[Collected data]
* * * *
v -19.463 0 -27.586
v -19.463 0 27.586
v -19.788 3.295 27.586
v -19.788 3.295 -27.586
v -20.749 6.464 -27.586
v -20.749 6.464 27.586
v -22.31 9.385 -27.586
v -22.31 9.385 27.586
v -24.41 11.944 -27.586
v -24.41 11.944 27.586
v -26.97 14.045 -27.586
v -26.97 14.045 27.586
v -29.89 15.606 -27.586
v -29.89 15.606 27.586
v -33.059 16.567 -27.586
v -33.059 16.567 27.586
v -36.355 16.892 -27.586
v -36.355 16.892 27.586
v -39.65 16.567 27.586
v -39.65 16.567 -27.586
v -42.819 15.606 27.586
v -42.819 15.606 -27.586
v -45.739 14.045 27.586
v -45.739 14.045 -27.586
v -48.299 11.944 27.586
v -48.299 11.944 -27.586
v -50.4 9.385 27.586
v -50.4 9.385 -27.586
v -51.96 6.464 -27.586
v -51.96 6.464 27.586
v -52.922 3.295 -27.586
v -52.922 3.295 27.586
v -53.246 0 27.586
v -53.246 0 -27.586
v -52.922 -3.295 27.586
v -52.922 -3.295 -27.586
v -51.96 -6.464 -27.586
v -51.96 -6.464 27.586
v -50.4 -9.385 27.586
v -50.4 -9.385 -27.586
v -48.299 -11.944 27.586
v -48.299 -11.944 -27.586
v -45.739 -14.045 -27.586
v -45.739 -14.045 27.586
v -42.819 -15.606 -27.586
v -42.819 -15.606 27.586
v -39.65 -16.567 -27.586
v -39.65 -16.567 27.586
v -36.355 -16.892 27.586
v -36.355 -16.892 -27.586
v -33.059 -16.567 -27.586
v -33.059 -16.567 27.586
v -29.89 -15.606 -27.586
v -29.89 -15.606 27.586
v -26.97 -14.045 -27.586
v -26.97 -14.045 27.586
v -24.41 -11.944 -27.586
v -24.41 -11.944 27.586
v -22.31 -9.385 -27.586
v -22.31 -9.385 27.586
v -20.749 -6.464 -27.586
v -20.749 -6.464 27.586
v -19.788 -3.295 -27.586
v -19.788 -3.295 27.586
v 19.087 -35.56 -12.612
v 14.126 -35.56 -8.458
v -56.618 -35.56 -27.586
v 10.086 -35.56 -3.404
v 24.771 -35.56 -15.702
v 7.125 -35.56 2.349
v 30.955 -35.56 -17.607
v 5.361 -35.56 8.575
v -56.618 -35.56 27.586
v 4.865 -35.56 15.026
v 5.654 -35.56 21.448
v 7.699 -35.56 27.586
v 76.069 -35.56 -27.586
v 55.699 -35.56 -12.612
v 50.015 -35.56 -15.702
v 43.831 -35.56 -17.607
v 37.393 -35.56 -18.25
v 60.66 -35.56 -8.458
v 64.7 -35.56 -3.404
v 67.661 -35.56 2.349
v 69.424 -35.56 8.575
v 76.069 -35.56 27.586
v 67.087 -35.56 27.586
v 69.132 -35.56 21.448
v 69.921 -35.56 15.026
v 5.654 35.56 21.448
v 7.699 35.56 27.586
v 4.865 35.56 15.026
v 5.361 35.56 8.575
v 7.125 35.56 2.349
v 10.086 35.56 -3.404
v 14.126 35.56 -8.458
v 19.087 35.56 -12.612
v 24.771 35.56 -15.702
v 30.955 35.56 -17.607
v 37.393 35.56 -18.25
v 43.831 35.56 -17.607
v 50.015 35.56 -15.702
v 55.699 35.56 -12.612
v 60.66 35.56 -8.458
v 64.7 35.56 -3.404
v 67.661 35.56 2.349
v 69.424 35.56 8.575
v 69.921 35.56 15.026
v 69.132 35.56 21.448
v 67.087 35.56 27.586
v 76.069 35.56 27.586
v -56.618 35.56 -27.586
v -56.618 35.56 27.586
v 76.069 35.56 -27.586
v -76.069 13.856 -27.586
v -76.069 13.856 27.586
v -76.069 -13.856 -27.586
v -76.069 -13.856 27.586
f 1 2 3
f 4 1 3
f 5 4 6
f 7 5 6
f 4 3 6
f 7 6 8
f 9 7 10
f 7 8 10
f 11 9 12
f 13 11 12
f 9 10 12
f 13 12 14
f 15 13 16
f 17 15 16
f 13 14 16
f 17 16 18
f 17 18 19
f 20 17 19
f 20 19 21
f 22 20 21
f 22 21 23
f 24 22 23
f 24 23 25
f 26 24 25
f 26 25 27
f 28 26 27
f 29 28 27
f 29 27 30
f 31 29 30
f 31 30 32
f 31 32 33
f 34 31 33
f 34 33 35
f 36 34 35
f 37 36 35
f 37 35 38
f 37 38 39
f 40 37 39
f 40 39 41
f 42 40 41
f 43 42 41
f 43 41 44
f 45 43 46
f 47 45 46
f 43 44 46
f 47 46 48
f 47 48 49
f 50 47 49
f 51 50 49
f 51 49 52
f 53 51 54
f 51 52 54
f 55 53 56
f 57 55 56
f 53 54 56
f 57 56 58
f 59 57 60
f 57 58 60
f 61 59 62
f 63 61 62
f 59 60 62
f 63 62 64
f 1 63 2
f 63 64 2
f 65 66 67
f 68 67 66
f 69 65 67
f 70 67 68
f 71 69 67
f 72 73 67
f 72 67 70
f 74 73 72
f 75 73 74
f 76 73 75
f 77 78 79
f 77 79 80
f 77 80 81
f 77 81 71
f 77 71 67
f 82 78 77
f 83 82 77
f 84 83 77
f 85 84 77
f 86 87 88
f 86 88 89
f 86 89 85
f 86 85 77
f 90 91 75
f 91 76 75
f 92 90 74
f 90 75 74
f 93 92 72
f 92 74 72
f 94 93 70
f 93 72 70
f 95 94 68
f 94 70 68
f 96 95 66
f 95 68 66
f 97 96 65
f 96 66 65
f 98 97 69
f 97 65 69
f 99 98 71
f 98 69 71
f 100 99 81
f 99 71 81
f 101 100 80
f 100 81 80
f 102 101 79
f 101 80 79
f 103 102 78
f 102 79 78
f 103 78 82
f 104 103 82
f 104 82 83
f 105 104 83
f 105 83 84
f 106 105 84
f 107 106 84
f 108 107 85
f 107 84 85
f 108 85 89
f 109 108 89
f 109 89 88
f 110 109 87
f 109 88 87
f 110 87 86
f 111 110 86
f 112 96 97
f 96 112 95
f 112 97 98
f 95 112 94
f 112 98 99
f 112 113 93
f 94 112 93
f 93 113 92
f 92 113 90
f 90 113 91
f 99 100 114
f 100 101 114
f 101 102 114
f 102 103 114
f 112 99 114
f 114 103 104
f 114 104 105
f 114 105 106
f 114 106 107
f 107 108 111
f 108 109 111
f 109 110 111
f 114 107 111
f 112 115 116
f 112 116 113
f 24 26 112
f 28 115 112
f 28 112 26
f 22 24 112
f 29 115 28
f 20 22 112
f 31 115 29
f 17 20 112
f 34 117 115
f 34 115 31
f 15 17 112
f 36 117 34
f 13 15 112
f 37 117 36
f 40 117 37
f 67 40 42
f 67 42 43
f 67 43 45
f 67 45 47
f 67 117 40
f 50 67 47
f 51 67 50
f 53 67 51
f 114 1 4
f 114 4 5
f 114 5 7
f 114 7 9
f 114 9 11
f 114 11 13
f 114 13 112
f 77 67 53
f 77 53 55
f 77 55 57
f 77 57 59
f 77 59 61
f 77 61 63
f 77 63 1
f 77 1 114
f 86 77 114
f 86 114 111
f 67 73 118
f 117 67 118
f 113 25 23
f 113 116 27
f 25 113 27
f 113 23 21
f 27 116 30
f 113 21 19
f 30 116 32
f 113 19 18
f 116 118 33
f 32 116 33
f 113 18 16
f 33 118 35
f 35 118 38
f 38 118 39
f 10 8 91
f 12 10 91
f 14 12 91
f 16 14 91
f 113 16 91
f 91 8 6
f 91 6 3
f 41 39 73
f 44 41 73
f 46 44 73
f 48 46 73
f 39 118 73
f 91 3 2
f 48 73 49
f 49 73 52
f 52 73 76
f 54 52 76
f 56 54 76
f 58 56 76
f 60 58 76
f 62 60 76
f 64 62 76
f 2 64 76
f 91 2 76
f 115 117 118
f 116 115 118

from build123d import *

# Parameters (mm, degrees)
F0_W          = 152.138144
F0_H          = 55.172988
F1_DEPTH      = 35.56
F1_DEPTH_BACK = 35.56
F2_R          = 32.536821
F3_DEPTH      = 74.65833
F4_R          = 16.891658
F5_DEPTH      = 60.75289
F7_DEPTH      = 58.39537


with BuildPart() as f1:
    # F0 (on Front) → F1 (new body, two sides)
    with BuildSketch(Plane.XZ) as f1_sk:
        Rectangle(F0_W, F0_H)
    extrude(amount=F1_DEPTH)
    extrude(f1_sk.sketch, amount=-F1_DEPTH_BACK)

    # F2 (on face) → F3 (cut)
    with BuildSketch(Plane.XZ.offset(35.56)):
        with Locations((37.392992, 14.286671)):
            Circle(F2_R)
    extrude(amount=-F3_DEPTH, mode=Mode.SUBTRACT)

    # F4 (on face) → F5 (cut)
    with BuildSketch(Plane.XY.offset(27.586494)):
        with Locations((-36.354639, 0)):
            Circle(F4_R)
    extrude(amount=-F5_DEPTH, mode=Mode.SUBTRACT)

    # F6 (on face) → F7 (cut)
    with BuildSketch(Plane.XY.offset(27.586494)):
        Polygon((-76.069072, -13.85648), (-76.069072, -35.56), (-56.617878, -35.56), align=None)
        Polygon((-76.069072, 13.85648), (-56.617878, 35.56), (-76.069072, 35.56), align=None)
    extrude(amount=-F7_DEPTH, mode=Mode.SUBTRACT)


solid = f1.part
* * * *
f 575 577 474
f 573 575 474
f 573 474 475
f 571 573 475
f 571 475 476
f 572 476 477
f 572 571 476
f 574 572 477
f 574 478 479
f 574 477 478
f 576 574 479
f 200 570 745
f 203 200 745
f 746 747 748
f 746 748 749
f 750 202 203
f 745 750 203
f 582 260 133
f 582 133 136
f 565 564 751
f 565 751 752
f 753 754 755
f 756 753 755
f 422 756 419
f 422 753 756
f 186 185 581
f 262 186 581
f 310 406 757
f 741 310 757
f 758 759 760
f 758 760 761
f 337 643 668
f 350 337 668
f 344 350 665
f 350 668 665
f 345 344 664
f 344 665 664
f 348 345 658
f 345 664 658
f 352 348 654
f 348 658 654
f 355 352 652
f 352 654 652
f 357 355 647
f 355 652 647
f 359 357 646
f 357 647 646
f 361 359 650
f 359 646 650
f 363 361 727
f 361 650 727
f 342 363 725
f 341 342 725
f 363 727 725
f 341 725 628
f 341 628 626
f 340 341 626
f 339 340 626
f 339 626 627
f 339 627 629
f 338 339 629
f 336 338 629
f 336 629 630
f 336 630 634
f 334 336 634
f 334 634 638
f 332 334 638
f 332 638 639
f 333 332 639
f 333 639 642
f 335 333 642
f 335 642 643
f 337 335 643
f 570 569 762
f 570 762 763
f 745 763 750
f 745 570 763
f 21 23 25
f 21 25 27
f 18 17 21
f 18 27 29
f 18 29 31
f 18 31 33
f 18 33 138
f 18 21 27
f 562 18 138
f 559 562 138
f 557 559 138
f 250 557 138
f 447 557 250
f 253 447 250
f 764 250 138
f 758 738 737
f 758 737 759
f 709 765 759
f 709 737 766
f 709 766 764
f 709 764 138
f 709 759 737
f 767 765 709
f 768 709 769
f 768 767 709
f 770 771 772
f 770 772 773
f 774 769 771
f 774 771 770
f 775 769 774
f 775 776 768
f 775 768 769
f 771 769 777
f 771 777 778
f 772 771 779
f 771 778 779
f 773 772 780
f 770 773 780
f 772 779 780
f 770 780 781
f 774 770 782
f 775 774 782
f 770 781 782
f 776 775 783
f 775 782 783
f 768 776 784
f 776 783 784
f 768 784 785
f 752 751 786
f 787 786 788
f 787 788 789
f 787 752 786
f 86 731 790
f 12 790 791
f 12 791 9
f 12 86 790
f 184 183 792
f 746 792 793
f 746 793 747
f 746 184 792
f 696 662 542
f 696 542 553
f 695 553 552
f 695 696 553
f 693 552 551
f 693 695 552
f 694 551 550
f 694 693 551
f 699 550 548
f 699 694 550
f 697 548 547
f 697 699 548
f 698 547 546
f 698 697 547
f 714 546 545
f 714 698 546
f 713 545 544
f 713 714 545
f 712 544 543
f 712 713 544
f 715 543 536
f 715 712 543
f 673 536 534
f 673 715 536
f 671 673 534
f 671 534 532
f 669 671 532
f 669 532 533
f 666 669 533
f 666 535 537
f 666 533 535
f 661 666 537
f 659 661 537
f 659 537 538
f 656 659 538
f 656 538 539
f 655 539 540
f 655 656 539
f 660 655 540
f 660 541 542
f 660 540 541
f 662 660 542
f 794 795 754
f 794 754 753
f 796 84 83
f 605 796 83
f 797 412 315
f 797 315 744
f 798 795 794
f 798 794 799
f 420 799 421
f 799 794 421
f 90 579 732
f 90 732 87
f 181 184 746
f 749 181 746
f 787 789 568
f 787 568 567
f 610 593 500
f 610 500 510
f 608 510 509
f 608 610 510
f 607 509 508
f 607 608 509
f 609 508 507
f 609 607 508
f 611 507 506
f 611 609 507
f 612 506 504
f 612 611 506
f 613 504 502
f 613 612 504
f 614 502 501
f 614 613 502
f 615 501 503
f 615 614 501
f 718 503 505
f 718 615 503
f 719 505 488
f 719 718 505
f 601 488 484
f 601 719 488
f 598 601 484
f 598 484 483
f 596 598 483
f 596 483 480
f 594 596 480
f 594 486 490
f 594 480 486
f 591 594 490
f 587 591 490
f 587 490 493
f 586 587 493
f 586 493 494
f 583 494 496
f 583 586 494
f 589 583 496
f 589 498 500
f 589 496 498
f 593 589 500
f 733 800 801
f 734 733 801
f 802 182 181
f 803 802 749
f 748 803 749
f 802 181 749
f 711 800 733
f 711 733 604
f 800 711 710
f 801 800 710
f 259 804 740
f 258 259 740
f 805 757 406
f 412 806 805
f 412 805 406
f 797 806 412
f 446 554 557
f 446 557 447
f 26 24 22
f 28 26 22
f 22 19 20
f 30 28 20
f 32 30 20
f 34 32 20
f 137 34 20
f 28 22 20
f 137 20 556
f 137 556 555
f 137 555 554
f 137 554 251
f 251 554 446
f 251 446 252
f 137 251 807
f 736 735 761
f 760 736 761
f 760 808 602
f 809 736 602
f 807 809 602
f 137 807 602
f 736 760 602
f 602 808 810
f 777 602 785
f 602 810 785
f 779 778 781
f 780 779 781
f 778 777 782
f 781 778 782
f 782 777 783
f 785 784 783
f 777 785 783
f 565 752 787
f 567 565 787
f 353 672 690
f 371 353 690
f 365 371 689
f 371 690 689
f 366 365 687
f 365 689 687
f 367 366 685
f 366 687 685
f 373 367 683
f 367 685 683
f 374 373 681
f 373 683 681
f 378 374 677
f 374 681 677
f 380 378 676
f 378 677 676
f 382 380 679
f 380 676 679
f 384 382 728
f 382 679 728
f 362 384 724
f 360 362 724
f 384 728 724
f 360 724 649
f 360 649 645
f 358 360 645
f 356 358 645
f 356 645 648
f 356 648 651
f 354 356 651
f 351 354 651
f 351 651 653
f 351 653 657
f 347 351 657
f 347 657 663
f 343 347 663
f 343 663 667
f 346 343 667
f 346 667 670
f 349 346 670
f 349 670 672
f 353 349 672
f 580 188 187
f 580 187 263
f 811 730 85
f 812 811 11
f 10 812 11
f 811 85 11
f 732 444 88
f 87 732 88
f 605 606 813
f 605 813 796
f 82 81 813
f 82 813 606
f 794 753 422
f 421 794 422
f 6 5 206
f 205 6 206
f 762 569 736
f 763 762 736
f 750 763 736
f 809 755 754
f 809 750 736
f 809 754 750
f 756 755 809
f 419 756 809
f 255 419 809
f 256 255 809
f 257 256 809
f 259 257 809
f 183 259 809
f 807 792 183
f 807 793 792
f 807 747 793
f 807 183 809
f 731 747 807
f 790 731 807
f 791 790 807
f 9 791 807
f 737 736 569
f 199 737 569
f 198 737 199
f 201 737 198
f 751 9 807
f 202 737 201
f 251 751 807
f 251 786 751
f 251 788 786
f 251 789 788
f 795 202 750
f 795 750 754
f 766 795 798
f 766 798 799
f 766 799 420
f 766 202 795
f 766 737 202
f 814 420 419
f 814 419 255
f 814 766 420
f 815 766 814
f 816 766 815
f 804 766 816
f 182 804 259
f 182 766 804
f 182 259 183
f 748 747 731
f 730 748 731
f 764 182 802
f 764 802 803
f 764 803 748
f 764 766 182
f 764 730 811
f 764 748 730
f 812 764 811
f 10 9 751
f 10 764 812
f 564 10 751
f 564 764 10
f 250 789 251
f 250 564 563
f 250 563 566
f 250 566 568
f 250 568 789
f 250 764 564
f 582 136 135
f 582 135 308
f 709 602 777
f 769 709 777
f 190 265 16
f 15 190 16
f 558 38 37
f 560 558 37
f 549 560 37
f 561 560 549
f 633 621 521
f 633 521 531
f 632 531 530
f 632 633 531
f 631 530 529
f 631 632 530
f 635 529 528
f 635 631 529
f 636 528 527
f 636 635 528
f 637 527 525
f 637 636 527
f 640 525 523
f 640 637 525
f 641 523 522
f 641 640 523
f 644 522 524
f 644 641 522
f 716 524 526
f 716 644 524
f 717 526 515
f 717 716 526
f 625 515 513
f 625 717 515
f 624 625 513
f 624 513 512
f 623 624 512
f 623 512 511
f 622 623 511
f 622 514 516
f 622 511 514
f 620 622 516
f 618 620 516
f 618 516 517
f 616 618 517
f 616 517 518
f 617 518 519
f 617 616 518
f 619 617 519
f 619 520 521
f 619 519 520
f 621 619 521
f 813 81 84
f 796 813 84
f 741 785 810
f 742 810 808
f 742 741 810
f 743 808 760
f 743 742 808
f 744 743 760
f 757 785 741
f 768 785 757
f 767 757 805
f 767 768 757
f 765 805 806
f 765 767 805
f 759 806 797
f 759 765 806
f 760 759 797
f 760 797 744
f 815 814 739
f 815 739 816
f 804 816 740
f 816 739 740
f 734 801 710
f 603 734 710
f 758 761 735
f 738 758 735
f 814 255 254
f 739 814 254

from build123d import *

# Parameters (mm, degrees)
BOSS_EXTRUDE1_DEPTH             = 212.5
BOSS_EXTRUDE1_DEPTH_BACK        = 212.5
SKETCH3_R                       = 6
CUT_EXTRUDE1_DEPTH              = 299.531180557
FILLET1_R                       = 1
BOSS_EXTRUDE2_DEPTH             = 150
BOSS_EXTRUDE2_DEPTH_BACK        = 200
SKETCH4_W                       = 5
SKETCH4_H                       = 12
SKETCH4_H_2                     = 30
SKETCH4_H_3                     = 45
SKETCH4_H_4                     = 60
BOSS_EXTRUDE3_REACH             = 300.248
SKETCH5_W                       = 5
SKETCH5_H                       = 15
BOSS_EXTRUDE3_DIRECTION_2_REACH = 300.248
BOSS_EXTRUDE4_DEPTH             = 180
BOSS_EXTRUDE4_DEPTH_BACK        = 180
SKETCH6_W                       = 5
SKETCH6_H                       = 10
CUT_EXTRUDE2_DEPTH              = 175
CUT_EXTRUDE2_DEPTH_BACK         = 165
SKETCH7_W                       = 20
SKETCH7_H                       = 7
* * * *
The problem:
Taking the entries above, restate exactly those lines that fall between the line with "v -19.463 0 -27.586" and the line with "v 10.086 -35.56 -3.404", keeping both of those lines too.

Expected answer:
v -19.463 0 -27.586
v -19.463 0 27.586
v -19.788 3.295 27.586
v -19.788 3.295 -27.586
v -20.749 6.464 -27.586
v -20.749 6.464 27.586
v -22.31 9.385 -27.586
v -22.31 9.385 27.586
v -24.41 11.944 -27.586
v -24.41 11.944 27.586
v -26.97 14.045 -27.586
v -26.97 14.045 27.586
v -29.89 15.606 -27.586
v -29.89 15.606 27.586
v -33.059 16.567 -27.586
v -33.059 16.567 27.586
v -36.355 16.892 -27.586
v -36.355 16.892 27.586
v -39.65 16.567 27.586
v -39.65 16.567 -27.586
v -42.819 15.606 27.586
v -42.819 15.606 -27.586
v -45.739 14.045 27.586
v -45.739 14.045 -27.586
v -48.299 11.944 27.586
v -48.299 11.944 -27.586
v -50.4 9.385 27.586
v -50.4 9.385 -27.586
v -51.96 6.464 -27.586
v -51.96 6.464 27.586
v -52.922 3.295 -27.586
v -52.922 3.295 27.586
v -53.246 0 27.586
v -53.246 0 -27.586
v -52.922 -3.295 27.586
v -52.922 -3.295 -27.586
v -51.96 -6.464 -27.586
v -51.96 -6.464 27.586
v -50.4 -9.385 27.586
v -50.4 -9.385 -27.586
v -48.299 -11.944 27.586
v -48.299 -11.944 -27.586
v -45.739 -14.045 -27.586
v -45.739 -14.045 27.586
v -42.819 -15.606 -27.586
v -42.819 -15.606 27.586
v -39.65 -16.567 -27.586
v -39.65 -16.567 27.586
v -36.355 -16.892 27.586
v -36.355 -16.892 -27.586
v -33.059 -16.567 -27.586
v -33.059 -16.567 27.586
v -29.89 -15.606 -27.586
v -29.89 -15.606 27.586
v -26.97 -14.045 -27.586
v -26.97 -14.045 27.586
v -24.41 -11.944 -27.586
v -24.41 -11.944 27.586
v -22.31 -9.385 -27.586
v -22.31 -9.385 27.586
v -20.749 -6.464 -27.586
v -20.749 -6.464 27.586
v -19.788 -3.295 -27.586
v -19.788 -3.295 27.586
v 19.087 -35.56 -12.612
v 14.126 -35.56 -8.458
v -56.618 -35.56 -27.586
v 10.086 -35.56 -3.404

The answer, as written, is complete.